### PROBLEM
For the data below, restate word for word only the lines from the line containing "v 37.731 40 16.269" through the line containing "f 133 39 11", both ends included.

Excerpts from a dataset
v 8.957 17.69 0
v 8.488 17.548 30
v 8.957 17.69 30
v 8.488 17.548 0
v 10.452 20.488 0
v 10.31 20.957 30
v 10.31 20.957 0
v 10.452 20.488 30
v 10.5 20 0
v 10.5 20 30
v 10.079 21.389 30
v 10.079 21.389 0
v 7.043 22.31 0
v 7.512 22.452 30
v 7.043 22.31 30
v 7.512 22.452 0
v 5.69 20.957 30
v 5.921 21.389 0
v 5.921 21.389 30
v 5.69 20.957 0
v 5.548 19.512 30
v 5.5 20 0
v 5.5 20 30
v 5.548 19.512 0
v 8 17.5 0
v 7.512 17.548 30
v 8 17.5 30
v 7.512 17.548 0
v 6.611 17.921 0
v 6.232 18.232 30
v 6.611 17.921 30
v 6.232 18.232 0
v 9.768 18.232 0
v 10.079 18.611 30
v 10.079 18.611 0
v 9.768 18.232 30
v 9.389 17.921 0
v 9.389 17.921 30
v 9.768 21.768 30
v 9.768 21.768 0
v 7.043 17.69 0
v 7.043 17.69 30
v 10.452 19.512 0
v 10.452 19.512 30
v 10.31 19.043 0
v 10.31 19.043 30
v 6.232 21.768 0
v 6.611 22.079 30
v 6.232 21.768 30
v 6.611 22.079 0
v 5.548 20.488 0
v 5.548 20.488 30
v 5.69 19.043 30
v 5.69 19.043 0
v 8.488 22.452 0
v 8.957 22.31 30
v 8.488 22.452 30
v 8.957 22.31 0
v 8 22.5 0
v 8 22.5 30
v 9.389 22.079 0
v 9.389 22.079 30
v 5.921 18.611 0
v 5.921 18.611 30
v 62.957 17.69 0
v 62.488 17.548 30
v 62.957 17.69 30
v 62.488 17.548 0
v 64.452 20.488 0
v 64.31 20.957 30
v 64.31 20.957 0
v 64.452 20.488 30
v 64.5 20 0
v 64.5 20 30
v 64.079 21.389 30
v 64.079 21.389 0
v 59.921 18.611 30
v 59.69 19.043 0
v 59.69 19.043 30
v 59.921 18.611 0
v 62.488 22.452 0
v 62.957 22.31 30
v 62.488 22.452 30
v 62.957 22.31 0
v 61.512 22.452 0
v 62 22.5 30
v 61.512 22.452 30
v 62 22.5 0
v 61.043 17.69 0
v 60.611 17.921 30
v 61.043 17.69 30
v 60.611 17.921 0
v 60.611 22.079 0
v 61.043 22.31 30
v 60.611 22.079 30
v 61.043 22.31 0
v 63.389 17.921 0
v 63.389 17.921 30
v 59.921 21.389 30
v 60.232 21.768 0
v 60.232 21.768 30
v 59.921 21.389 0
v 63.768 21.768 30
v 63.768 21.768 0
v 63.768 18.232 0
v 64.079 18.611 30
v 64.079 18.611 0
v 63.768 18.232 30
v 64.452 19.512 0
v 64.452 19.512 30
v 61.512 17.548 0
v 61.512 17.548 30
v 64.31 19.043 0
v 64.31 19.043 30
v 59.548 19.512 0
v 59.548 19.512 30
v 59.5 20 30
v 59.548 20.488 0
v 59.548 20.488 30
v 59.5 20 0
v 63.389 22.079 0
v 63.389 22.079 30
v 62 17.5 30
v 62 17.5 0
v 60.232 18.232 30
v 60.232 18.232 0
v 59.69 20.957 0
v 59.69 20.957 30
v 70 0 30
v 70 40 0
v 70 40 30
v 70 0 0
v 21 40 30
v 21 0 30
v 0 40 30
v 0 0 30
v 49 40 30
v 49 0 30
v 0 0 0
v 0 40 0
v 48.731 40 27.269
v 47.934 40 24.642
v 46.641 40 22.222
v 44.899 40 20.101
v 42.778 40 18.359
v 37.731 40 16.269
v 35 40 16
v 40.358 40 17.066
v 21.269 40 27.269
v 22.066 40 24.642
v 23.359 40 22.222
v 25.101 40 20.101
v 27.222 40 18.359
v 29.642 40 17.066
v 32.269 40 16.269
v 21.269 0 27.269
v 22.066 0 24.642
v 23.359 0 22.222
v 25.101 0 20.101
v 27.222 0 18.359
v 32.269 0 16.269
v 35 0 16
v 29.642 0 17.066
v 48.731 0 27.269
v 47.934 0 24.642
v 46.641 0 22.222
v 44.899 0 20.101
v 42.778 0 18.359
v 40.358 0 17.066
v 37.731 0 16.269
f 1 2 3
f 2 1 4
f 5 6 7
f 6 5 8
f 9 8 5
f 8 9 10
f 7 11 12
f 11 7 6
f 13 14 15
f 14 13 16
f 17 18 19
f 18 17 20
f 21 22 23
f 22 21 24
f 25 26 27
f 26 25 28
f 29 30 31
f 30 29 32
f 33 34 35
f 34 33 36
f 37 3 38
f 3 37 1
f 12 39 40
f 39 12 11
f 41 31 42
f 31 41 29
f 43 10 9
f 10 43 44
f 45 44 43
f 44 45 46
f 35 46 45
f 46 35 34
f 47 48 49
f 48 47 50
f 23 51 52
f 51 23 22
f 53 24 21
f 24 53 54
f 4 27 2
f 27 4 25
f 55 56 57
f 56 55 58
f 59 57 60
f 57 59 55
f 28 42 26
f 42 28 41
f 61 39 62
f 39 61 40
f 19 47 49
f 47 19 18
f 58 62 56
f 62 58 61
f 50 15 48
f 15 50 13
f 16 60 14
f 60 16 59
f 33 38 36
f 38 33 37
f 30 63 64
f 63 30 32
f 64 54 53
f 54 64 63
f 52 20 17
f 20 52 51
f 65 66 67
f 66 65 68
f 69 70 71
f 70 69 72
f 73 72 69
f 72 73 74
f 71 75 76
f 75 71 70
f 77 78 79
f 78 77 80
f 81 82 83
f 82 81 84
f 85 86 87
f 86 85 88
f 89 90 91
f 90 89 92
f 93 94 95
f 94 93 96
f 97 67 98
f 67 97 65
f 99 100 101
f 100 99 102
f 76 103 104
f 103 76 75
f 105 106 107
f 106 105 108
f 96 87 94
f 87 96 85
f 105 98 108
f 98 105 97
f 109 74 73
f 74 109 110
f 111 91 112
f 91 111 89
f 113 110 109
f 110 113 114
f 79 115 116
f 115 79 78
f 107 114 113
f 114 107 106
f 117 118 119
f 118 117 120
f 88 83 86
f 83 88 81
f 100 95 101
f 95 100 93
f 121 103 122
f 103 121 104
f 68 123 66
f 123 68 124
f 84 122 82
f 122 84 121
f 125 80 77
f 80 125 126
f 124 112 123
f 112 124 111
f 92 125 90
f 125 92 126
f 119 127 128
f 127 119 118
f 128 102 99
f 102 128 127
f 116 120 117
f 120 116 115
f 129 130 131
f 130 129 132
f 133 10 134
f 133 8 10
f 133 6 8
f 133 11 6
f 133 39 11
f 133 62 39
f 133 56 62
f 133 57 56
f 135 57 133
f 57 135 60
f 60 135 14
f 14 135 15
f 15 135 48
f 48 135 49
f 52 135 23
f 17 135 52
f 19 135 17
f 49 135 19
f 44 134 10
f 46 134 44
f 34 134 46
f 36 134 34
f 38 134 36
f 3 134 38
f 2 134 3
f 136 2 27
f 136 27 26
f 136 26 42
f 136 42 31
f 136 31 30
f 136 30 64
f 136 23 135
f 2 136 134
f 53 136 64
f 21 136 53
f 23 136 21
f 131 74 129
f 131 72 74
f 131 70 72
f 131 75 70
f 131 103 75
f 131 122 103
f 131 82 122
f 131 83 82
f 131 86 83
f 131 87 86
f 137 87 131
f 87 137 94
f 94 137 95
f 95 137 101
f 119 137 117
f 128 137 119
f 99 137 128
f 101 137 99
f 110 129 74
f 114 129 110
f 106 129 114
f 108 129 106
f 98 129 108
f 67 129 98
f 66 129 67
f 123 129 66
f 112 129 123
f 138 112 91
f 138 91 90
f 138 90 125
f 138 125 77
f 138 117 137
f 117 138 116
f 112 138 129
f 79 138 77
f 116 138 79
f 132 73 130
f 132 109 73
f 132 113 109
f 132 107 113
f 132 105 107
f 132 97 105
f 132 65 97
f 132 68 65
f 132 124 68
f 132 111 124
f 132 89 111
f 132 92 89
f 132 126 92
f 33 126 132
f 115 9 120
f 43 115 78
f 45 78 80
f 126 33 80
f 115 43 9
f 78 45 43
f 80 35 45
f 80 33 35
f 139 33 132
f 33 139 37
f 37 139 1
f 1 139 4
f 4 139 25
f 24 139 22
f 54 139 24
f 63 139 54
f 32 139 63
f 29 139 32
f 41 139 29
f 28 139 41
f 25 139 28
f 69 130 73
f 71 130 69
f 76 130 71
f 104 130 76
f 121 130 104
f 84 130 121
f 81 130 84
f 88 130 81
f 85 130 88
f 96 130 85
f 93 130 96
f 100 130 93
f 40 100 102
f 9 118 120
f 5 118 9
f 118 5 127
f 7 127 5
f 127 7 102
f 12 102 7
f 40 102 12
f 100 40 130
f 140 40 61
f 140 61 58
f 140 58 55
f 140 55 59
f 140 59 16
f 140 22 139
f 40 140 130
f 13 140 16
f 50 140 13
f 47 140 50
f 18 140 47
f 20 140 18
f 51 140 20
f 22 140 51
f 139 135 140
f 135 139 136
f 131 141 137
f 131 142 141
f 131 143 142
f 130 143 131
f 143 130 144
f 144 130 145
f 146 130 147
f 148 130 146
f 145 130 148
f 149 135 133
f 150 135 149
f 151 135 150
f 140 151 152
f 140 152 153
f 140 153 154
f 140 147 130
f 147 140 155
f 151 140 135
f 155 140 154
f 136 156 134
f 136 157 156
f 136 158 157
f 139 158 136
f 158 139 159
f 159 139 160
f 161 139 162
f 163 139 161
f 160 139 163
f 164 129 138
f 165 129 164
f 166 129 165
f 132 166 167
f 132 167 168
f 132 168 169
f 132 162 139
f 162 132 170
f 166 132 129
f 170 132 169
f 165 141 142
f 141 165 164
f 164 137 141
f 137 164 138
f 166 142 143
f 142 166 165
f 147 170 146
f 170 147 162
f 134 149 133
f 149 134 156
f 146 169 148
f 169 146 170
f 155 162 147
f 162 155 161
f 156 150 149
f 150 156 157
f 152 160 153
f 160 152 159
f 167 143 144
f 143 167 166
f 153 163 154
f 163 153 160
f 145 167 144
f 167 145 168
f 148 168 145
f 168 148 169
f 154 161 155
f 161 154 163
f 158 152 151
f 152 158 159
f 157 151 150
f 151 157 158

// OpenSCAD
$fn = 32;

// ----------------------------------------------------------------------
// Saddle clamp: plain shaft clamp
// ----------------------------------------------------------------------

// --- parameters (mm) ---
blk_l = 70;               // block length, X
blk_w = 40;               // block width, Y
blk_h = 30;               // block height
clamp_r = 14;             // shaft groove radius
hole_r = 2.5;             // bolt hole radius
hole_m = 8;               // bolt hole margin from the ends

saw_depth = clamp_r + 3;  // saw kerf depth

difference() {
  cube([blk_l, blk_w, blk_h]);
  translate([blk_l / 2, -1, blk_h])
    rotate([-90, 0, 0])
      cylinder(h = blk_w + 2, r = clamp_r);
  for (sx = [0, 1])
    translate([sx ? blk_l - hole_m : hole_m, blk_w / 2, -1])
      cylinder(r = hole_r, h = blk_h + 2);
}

### ANSWER BOX
v 37.731 40 16.269
v 35 40 16
v 40.358 40 17.066
v 21.269 40 27.269
v 22.066 40 24.642
v 23.359 40 22.222
v 25.101 40 20.101
v 27.222 40 18.359
v 29.642 40 17.066
v 32.269 40 16.269
v 21.269 0 27.269
v 22.066 0 24.642
v 23.359 0 22.222
v 25.101 0 20.101
v 27.222 0 18.359
v 32.269 0 16.269
v 35 0 16
v 29.642 0 17.066
v 48.731 0 27.269
v 47.934 0 24.642
v 46.641 0 22.222
v 44.899 0 20.101
v 42.778 0 18.359
v 40.358 0 17.066
v 37.731 0 16.269
f 1 2 3
f 2 1 4
f 5 6 7
f 6 5 8
f 9 8 5
f 8 9 10
f 7 11 12
f 11 7 6
f 13 14 15
f 14 13 16
f 17 18 19
f 18 17 20
f 21 22 23
f 22 21 24
f 25 26 27
f 26 25 28
f 29 30 31
f 30 29 32
f 33 34 35
f 34 33 36
f 37 3 38
f 3 37 1
f 12 39 40
f 39 12 11
f 41 31 42
f 31 41 29
f 43 10 9
f 10 43 44
f 45 44 43
f 44 45 46
f 35 46 45
f 46 35 34
f 47 48 49
f 48 47 50
f 23 51 52
f 51 23 22
f 53 24 21
f 24 53 54
f 4 27 2
f 27 4 25
f 55 56 57
f 56 55 58
f 59 57 60
f 57 59 55
f 28 42 26
f 42 28 41
f 61 39 62
f 39 61 40
f 19 47 49
f 47 19 18
f 58 62 56
f 62 58 61
f 50 15 48
f 15 50 13
f 16 60 14
f 60 16 59
f 33 38 36
f 38 33 37
f 30 63 64
f 63 30 32
f 64 54 53
f 54 64 63
f 52 20 17
f 20 52 51
f 65 66 67
f 66 65 68
f 69 70 71
f 70 69 72
f 73 72 69
f 72 73 74
f 71 75 76
f 75 71 70
f 77 78 79
f 78 77 80
f 81 82 83
f 82 81 84
f 85 86 87
f 86 85 88
f 89 90 91
f 90 89 92
f 93 94 95
f 94 93 96
f 97 67 98
f 67 97 65
f 99 100 101
f 100 99 102
f 76 103 104
f 103 76 75
f 105 106 107
f 106 105 108
f 96 87 94
f 87 96 85
f 105 98 108
f 98 105 97
f 109 74 73
f 74 109 110
f 111 91 112
f 91 111 89
f 113 110 109
f 110 113 114
f 79 115 116
f 115 79 78
f 107 114 113
f 114 107 106
f 117 118 119
f 118 117 120
f 88 83 86
f 83 88 81
f 100 95 101
f 95 100 93
f 121 103 122
f 103 121 104
f 68 123 66
f 123 68 124
f 84 122 82
f 122 84 121
f 125 80 77
f 80 125 126
f 124 112 123
f 112 124 111
f 92 125 90
f 125 92 126
f 119 127 128
f 127 119 118
f 128 102 99
f 102 128 127
f 116 120 117
f 120 116 115
f 129 130 131
f 130 129 132
f 133 10 134
f 133 8 10
f 133 6 8
f 133 11 6
f 133 39 11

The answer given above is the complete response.